Brian exhaled slowly, opened his briefcase and took out the laptop.
  “I usually start by reviewing the current file, but we’re in a rush, and I already did that once today. Just give me the earliest document, and we’ll start from there.”
  “Okay...” said Webster, spreading out the documents a bit, and taking a page from the middle. “You realize these go further back than the nineties, right?”
It is a truth universally acknowledged that everybody dies, but not all deaths are equivalent. Most people tend to have their arteries clogged from heart disease, suffocate with lung cancer, bleed out from suicide or are crushed to a pulp in road accidents. But the death of Ellen Delgany was not so mundane.
Ellen Delgany entered the observation chamber with a perspex sheet, a clipboard and a notepad with a camera around her neck. She placed her sheets and papers as well as the camera on the table in the corner of the room, then approached the obelisk to circle around the three-sided sculpture, looking at the faces as she had done so many times before. Satisfied, she approached the table and picked up the perspex sheet. It snapped like pantomime thunder as she held it up and placed it against the face of the puzzle. Sliding a red marker pen from her lab coat, she traced the image of the fractal in the lower corner of the puzzle, a strange, curving line.
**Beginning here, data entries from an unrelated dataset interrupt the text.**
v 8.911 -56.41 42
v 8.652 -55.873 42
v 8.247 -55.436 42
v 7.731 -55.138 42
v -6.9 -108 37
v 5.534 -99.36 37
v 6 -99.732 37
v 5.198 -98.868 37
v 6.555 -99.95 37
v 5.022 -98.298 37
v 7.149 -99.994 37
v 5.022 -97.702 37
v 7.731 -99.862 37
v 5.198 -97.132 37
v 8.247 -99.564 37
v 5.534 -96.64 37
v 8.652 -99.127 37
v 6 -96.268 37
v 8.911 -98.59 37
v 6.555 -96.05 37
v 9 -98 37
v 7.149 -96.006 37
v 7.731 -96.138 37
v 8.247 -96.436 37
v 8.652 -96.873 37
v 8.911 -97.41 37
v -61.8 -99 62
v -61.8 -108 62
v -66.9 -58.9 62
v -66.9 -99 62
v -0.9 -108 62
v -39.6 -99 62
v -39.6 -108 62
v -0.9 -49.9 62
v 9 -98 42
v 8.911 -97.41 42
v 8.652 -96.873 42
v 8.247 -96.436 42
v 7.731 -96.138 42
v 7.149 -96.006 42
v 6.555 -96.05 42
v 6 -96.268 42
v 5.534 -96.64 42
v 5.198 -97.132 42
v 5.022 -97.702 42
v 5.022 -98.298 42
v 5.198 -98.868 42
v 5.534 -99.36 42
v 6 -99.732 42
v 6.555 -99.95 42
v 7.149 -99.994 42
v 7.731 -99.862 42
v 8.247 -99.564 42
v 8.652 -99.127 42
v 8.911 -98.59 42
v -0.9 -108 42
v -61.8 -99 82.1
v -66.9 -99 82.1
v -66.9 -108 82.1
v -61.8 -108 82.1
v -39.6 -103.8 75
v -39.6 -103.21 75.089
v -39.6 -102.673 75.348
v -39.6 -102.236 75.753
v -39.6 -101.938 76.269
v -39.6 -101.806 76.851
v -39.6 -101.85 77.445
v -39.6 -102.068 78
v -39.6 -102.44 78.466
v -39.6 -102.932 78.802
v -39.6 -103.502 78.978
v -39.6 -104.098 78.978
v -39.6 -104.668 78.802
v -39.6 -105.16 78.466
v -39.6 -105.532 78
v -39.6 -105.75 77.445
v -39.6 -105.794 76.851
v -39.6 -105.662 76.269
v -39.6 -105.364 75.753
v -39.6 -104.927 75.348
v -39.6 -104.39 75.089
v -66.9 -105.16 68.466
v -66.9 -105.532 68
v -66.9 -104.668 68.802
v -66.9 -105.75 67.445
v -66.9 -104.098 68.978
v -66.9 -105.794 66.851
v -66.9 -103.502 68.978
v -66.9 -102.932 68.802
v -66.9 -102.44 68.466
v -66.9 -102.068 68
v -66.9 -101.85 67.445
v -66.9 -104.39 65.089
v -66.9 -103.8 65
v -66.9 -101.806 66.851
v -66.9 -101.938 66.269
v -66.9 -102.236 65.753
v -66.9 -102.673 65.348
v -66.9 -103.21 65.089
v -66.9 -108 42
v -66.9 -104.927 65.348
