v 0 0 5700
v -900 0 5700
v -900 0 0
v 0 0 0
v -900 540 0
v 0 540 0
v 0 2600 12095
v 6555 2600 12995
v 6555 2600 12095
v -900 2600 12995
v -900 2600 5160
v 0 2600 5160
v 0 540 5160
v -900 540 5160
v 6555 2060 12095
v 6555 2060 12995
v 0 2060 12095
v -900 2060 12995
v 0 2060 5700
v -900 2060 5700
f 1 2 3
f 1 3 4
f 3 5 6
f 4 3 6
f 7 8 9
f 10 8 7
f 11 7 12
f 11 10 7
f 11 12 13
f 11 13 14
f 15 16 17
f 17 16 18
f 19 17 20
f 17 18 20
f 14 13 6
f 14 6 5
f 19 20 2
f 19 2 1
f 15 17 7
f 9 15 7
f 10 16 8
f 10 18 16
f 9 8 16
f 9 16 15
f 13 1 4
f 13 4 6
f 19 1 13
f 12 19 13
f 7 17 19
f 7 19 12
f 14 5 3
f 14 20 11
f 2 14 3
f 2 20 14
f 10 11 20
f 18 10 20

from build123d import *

# Parameters (mm, degrees)
SKETCH1_W           = 900
SKETCH1_H           = 540
SKETCH4_W           = 900
SKETCH4_H           = 540
BOSS_EXTRUDE1_DEPTH = 6555


with BuildPart() as part:
    # Sweep1: sweep along a path in Sketch2
    with BuildLine(Plane(origin=(0, 0, 0), x_dir=(0, 0, -1), z_dir=(1, 0, 0))) as sweep1_path:
        Line((0, 270), (-5430, 270))
        Line((-5430, 270), (-5430, 2330))
        Line((-5430, 2330), (-12995, 2330))
    # Sketch1 → Sweep1 (sweep)
    with BuildSketch(Plane.XY):
        with Locations((-450, 270)):
            Rectangle(SKETCH1_W, SKETCH1_H)
    sweep(path=sweep1_path.line, transition=Transition.RIGHT)

    # Sketch4 → Boss-Extrude1 (add)
    with BuildSketch(Plane(origin=(0, 0, 0), x_dir=(0, 0, -1), z_dir=(1, 0, 0))):
        with Locations((-12545, 2330)):
            Rectangle(SKETCH4_W, SKETCH4_H)
    extrude(amount=BOSS_EXTRUDE1_DEPTH)


solid = part.part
Taking it from the face of the obelisk, she held it against the concrete wall to her right.
  “There’s my dragon...” she said. she turned the sheet, placed it against the obelisk and traced the curve again, extending the curve. She then copied it two more times, so the fractal was four times as large, and then placed the sheet against the puzzle again. She looked at the new line, which twisted and turned around the face of the puzzle, but couldn’t see any pattern. With a sigh, she took some blue-tac from the clipboard on the desk, sticking it to the sheet, then took a picture of the image before taking the sheet off and placing it on the desk.
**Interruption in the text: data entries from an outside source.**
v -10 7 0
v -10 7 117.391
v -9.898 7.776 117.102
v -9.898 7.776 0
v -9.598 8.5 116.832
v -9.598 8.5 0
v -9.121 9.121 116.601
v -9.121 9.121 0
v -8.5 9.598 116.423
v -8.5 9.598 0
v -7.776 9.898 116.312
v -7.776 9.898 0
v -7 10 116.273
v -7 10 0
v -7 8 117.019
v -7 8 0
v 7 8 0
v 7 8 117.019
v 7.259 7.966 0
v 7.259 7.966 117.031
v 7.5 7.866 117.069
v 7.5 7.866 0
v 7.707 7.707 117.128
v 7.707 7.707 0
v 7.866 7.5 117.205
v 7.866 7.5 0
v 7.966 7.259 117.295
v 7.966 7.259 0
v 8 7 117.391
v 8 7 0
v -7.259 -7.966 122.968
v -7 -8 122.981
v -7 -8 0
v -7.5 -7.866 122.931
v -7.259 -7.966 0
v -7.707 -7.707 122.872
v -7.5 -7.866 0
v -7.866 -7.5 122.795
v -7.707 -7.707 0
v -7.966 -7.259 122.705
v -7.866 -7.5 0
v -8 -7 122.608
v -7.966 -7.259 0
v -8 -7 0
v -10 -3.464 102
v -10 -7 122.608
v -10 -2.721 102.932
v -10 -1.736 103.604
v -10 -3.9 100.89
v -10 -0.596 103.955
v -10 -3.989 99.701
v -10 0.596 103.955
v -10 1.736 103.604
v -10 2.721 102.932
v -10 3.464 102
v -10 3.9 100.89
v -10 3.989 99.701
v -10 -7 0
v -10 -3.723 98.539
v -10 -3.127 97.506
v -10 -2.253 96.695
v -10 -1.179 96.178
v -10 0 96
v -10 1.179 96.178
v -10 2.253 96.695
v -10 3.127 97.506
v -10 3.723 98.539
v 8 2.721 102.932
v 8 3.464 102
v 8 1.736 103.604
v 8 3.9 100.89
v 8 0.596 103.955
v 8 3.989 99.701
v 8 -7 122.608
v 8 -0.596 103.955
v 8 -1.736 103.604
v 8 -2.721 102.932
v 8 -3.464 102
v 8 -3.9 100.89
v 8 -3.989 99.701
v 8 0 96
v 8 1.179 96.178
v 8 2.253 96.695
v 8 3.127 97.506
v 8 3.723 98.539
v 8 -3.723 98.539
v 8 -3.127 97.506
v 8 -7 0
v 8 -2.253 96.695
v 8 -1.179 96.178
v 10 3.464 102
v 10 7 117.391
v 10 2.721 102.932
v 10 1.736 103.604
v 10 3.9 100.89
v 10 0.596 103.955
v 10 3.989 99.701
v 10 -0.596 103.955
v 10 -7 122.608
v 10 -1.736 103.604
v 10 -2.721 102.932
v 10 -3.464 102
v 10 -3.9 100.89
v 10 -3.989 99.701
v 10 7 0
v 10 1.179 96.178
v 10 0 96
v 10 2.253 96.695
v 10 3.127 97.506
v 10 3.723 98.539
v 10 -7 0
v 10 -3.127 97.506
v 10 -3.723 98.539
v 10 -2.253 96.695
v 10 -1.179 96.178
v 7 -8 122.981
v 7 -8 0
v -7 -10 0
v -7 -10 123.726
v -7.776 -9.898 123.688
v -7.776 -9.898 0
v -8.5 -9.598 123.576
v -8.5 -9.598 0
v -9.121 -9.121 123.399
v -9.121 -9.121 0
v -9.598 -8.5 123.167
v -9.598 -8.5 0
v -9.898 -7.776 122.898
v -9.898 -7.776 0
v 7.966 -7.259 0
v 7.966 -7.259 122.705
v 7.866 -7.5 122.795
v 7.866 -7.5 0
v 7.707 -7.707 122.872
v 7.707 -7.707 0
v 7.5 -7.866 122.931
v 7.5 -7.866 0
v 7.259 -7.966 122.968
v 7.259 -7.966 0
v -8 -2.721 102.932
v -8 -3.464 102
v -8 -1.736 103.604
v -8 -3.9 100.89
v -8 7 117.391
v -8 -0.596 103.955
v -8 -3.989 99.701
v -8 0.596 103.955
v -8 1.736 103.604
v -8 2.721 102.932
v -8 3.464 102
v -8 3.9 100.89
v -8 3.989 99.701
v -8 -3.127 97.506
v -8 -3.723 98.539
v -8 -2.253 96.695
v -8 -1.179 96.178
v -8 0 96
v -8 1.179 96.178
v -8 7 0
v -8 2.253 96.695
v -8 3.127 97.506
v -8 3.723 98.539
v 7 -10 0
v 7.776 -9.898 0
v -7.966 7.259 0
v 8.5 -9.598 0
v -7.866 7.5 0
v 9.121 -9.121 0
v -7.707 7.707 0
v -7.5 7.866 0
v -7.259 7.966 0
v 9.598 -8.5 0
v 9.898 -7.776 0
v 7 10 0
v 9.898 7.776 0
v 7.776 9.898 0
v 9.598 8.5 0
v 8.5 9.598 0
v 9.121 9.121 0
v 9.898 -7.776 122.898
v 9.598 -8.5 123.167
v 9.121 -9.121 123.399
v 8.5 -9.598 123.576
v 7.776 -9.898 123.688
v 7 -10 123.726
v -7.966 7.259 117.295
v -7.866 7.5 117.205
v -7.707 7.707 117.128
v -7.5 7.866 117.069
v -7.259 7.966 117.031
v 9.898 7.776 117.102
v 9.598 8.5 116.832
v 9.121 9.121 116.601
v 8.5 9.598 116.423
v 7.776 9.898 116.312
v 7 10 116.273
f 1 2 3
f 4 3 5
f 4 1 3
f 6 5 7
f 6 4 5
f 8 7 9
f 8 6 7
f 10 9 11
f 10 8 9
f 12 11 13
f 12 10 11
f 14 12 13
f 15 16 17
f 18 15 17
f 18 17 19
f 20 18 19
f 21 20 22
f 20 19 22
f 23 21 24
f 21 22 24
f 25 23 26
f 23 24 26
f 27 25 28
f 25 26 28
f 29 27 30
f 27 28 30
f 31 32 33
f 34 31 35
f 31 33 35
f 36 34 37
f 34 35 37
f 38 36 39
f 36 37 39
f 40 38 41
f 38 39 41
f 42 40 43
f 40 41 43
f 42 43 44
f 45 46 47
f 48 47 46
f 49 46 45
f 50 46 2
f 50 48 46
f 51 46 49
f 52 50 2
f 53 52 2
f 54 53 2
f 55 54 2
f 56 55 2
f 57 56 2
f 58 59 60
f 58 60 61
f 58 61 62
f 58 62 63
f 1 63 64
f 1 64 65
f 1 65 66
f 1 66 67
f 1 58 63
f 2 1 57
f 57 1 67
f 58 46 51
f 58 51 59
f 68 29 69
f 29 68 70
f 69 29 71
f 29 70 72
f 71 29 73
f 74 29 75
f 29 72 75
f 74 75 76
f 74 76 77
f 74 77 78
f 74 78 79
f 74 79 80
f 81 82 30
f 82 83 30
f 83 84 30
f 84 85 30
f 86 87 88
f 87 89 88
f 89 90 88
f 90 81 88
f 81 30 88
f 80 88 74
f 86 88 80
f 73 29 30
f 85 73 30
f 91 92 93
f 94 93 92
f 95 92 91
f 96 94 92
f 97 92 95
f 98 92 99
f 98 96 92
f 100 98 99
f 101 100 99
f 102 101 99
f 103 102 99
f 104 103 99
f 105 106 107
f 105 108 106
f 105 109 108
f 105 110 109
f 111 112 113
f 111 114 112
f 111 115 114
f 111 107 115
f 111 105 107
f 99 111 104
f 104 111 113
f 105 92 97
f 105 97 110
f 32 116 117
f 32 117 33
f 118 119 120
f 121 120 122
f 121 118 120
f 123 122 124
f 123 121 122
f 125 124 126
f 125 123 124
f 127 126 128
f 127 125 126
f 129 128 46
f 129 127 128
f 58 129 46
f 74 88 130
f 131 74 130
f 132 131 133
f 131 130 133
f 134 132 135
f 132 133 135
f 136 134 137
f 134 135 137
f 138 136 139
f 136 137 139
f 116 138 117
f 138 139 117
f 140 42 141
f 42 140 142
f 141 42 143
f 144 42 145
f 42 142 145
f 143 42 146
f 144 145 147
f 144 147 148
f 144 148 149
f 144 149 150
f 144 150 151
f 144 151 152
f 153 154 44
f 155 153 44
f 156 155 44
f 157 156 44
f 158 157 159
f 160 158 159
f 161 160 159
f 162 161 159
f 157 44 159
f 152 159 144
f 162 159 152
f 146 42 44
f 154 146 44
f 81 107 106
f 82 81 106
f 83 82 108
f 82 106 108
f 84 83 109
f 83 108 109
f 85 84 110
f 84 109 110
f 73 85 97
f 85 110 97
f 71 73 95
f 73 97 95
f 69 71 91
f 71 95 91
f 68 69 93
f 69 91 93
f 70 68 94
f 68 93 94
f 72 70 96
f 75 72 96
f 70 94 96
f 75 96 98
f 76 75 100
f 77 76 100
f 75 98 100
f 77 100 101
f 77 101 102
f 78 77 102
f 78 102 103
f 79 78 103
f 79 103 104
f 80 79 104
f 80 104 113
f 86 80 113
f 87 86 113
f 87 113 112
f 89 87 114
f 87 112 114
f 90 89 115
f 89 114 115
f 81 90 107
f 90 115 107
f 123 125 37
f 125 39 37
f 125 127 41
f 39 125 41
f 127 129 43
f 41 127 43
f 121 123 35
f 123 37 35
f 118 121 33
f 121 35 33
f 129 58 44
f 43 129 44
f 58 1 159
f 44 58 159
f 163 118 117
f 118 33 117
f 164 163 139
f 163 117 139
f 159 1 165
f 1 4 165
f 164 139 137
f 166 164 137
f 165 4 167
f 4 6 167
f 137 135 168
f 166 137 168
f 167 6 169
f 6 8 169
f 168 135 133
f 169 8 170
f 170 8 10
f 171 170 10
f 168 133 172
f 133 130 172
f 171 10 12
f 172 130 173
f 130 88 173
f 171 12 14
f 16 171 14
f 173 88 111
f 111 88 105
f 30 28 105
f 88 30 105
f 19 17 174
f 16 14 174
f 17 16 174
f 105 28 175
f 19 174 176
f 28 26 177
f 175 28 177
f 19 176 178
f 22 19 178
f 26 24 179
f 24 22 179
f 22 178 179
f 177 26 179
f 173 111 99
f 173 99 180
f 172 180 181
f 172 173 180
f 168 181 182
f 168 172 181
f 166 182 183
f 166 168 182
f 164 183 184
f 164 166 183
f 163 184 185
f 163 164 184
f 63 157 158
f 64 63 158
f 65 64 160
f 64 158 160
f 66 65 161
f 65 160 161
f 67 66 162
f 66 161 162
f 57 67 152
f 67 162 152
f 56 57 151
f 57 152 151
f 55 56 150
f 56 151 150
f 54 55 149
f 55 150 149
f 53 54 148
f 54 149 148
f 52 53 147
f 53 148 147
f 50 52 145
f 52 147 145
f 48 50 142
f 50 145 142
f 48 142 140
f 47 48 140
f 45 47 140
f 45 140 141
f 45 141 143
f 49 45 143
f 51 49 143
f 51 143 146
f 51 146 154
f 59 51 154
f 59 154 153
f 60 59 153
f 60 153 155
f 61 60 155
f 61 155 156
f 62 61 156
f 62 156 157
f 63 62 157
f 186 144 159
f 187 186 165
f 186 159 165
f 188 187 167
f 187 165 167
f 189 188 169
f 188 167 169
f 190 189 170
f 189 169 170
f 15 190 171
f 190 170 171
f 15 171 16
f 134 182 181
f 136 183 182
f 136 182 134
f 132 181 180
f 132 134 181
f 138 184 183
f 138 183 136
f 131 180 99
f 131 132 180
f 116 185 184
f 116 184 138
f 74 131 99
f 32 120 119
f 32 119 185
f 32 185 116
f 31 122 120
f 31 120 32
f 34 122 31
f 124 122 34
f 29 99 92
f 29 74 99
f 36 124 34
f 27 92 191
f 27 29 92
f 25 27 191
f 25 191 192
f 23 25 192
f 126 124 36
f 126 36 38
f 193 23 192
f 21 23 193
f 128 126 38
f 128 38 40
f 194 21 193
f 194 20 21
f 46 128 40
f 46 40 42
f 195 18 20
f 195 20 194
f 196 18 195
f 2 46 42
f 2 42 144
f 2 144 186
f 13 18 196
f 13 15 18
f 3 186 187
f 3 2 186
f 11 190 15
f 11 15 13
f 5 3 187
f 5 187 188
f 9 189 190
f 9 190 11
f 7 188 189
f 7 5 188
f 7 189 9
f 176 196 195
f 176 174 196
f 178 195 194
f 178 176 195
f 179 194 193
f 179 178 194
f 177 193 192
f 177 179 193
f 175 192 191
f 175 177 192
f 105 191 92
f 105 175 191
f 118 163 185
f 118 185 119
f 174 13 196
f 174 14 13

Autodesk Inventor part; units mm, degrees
ref_plane "Start Plane" through (0, 0, 0) normal (0, 0, 1) x (1, 0, 0)
ref_plane "End Plane" through (0, 0, 123.7262) normal (0, 0, 1) x (1, 0, 0)
sketch "Sketch" plane through (0, 0, 0) normal (0, 0, 1) x (1, 0, 0)
  line L0 (-10, -7) -> (-10, 7)
  line L1 (-7, 10) -> (7, 10)
  line L2 (10, 7) -> (10, -7)
  line L3 (7, -10) -> (-7, -10)
  arc A0 (-10, -7) -> (-7, -10) centre (-7, -7) ccw
  arc A1 (-7, 10) -> (-10, 7) centre (-7, 7) ccw
  arc A2 (10, 7) -> (7, 10) centre (7, 7) ccw
  arc A3 (7, -10) -> (10, -7) centre (7, -7) ccw
  arc A4 (-7, 8) -> (-8, 7) centre (-7, 7) ccw
  line L4 (-7, 8) -> (7, 8)
  arc A5 (8, 7) -> (7, 8) centre (7, 7) ccw
  line L5 (8, 7) -> (8, -7)
  arc A6 (7, -8) -> (8, -7) centre (7, -7) ccw
  line L6 (7, -8) -> (-7, -8)
  arc A7 (-8, -7) -> (-7, -8) centre (-7, -7) ccw
  line L7 (-8, -7) -> (-8, 7)
  line L8 (0, 14.8698) -> (0, -14.8698) construction
  line L9 (-14.8698, 0) -> (14.8698, 0) construction
  dimension "d7" = 3
  dimension "d10" = 20
  dimension "d11" = 20
  dimension "d12" = 2
  dimension "d15" = 10
  dimension "d16" = 10
extrude "Body" add sketch "Sketch" along normal up to surface (123.7262 mm away) from surface at 0
sketch "Sketch3" plane through (0, 0, 0) normal (0, 0, 1) x (1, 0, 0)
  line L0 (0, 0) -> (10, 0)
ref_plane "Work Plane3" through (0, 0, 0) normal (0, -1, 0) x (1, 0, 0)
sketch "Sketch4" plane through (0, 0, 0) normal (0, -1, 0) x (1, 0, 0)
  line L0 (-2, 0) -> (12, 0)
  line L1 (-2, 123.7262) -> (12, 123.7262)
  dimension "d18" = 123.7262
ref_plane "Work Plane5" through (0, -10, 123.7262) normal (0, 0.3492, 0.9371) x (1, 0, 0)
split "Split2" plane through (0, -10, 123.7262) removes the side toward (0, 0.3492, 0.9371)
sketch "Sketch5" plane through (10, -7, 0) normal (1, 0, 0) x (0, 0, -1)
  circle A0 centre (-100, 7) radius 4 projected
  line L0 (0, 0) -> (-122.6083, 0) projected
  line L1 (0, 14) -> (0, 0) projected
  line L2 (0, 14) -> (-117.3917, 14) projected
  line L3 (-117.3917, 14) -> (-122.6083, 0) projected
  point P0 (0, 7)
extrude "Extrusion2" cut sketch "Sketch5" against normal through all contours A0
equation "\"d7\" = G_IR"
equation "\"d10\" = G_H"
equation "\"d11\" = G_W"
equation "\"d12\" = G_T"
equation "\"d15\" = 0.5 * d10"
equation "\"d16\" = 0.5 * d11"
equation "\"d3\" = G_L"
equation "\"G_W\" = 20"
equation "\"G_H\" = 20"
equation "\"G_T\" = 2"
equation "\"G_IR\" = 3"
equation "\"G_L\" = d18"
equation "\"G_OFFSET_START\" = 0"
equation "\"G_OFFSET_END\" = 3.72616"
equation "\"d14\" = G_OFFSET_END + B_L"
equation "\"B_L\" = 120"
properties part number "ISO 12633-2 - 20x20x2 - 123,73" material "Steel, Mild"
She glanced back at the obelisk, then gasped. She picked up the sheet again, and placed it against the second side, the list in an alien script.
  “Dear God...” she said and after looking over the letters circled by the fractal, she dropped the sheet on the ground, turned back and wrote a list of unearthly letters in her notepad.
Then she picked up the notepad and walked back around the artefact once more.
She glanced at the notepad then looked up at the obelisk. As she gazed at the clear, glassy face intently, the life suddenly fell from her eyes. She collapsed, like a puppet with its strings cut, as the face of the obelisk began to morph with a high-pitched ringing and cracking sound.

  “What about this?” said Webster, offering a printout of the obelisk photos to him.
  “Shh, one second...” said Brian, holding up a hand. “Analysis of the surface has shown... da dada, read that...  a seven-point-three millimetre, forty-five degree channel. The precision of these, as well as the lack of fractures... must be assumed to demonstrate not carving or growth.” Brian sighed loudly and heavily.
“Seriously, listen to this: ‘Must be assumed to demonstrate not...’ Who talks like that?!”
Brian dropped the page and rubbed his eyes.
  “Do you need a break?” asked Webster.
  “No, I need food. Some bastard stole my lunch, I’m running on fumes and bile.”
  “We’re past half-done,” said Agent Webster, taking a purple five-dollar note from his pocket. “Here. There’s a vending machine in the employee lounge, on minus-ten. Grab something with some carbs, then rush back and finish this.”
  “Do I owe you?” asked Brian.
  “Nah, just grab me something to eat while you’re there. Make sure it doesn’t have nuts.”
  “Okay,” said Brian, closing his laptop as he took the money and headed for the lift.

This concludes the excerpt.